Pastor Stephen Boissoin, who was found guilty in 2007 by a provincial human rights tribunal of “hate speech” for writing a letter to the editor expressing his views on homosexuality, has been strongly vindicated after the Alberta Appeals Court dismissed an appeal of a lower court decision in Boissoin’s favor.
The court also ordered Boissoin’s accuser, homosexual activist Dr. Darren Lund, an assistant professor at the University of Calgary, to pay Boissoin’s attorney fees.
Appeals Court Justice Clifton O’Brien concurred with the lower court that Boissoin’s letter “was not likely to expose homosexuals to hatred or contempt within the meaning of the Alberta statute.”
Pastor Stephen BoissoinIn 2009, Court of Queen’s Bench Justice Earl C. Wilson overturned the 2007 ruling by the Alberta Human Rights Commission (AHRC), which ordered Boissoin to desist from expressing his views on homosexuality in any sort of public forum, ordered him to pay damages equivalent to $7,000 to Lund and called for Boissoin to personally apologize to Lund via a public statement in the local newspaper.
In the letter, published in 2002 in the Red Deer Advocate, Boissoin had criticized homosexuality as immoral and dangerous, and called into question new homosexual rights curricula permeating the province’s educational system.

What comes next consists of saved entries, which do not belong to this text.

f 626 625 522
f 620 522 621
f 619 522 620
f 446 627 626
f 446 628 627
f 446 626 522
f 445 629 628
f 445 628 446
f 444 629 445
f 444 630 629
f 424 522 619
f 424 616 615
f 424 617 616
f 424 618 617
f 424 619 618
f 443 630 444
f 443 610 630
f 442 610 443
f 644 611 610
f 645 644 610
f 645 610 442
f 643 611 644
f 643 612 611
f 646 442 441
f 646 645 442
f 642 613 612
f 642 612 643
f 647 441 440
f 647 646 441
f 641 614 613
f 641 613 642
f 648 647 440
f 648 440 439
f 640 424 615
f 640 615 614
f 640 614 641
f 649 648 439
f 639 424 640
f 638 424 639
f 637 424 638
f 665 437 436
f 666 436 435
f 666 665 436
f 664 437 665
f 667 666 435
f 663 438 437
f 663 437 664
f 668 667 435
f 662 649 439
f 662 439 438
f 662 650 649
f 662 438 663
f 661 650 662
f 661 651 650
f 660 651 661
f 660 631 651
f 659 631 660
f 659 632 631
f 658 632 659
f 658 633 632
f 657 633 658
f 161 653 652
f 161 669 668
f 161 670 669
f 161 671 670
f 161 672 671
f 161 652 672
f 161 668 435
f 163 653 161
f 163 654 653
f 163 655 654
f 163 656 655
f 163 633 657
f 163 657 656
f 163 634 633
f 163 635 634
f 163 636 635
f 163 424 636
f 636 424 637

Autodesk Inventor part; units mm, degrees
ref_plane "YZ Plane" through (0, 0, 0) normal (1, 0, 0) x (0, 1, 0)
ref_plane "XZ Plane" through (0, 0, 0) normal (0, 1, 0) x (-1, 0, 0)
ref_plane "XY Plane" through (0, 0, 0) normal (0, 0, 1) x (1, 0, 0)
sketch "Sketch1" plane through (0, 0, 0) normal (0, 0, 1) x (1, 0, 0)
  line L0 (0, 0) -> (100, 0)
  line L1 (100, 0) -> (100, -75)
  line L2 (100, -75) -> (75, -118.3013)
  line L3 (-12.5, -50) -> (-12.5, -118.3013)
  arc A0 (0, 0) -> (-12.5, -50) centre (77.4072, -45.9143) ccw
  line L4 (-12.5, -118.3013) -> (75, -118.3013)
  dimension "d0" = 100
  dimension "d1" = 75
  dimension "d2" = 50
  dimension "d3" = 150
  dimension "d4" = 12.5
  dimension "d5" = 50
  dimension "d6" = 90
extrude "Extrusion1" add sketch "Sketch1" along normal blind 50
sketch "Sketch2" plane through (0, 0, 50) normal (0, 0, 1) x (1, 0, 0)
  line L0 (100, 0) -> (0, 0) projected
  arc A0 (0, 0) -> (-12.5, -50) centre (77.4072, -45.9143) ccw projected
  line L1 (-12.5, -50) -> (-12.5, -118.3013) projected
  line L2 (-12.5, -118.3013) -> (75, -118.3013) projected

“Children as young as five and six years of age are being subjected to psychologically and physiologically damaging pro-homosexual literature and guidance in the public school system; all under the fraudulent guise of equal rights,” wrote Boissoin.
In quashing the Alberta Human Rights Commission’s judgment against Boissoin, Justice Wilson said there was nothing in the letter to suggest it was encouraging anyone to discriminate against homosexuals in areas that lie within provincial jurisdiction and are set out in the statutes, such as housing, employment, or access to goods and services.
“The language does not go so far as to fall within the prohibited status of ‘hate’ or ‘contempt’,” Wilson wrote in his decision.
Lund appealed Justice Wilson’s decision to the Alberta Court of Appeal, which handed down its decision last week.
In his ruling dismissing the appeal, Justice O’Brien also criticized the AHRC for not considering an affidavit filed by the managing editor of the Red Deer Advocate, Joe McLaughlin.
In that affidavit McLaughlin said that his newspaper “disagrees” with Lund’s claims that that paper exposed homosexuals to hatred by publishing Boissoin’s letter, and argues that “Advocate editorials, commentary and letters written in critical response to Boissoin’s letter are more likely than not to promote tolerance of homosexuals rather than discrimination.”
McLaughlin also observed that Boissoin actually expressed “sympathy, love and fellowship for some homosexuals” in his letter, taking aim at the “machine” that supports their cause, rather than individual homosexuals.
“While we do not agree with or support much of what Boissoin says, we believe his views are honestly felt, based on his understanding of the Bible,” said McLaughlin. “We believe that he has a right to express his views, and the Advocate has the responsibility to publish letters on issues of wide public interest.”
“Matters of morality, including the perceived morality of certain types of sexual behavior, are topics for discussion in the public forum,” concluded Justice O’Brien. “Freedom of speech does not just protect polite speech.”
Boissoin’s lawyer, Gerald Chipeur, Q.C., who is an allied attorney with Alliance Defending Freedom (ADF), pointed out that not only did Justice O’Brien throw out the AHRC’s decision, but ruled that a human rights panel had no constitutional authority to preside in such circumstances.
“This was a watershed case,” Chipeur said. “Very important, in terms of freedom of expression and religious liberty. Going forward, it will be extremely difficult, if not impossible, for religious or political debate to be found in breach of Alberta’s current human rights laws.”
“Christians and other people of faith should not be fined or jailed for expressing their political or religious beliefs. There is no place for thought control in a free and democratic society,” Chipeur remarked. “The tools of censorship should not be available to prohibit freedom of religious expression in Canada. The court rightly found that this type of religious speech is not ‘hate’ speech.”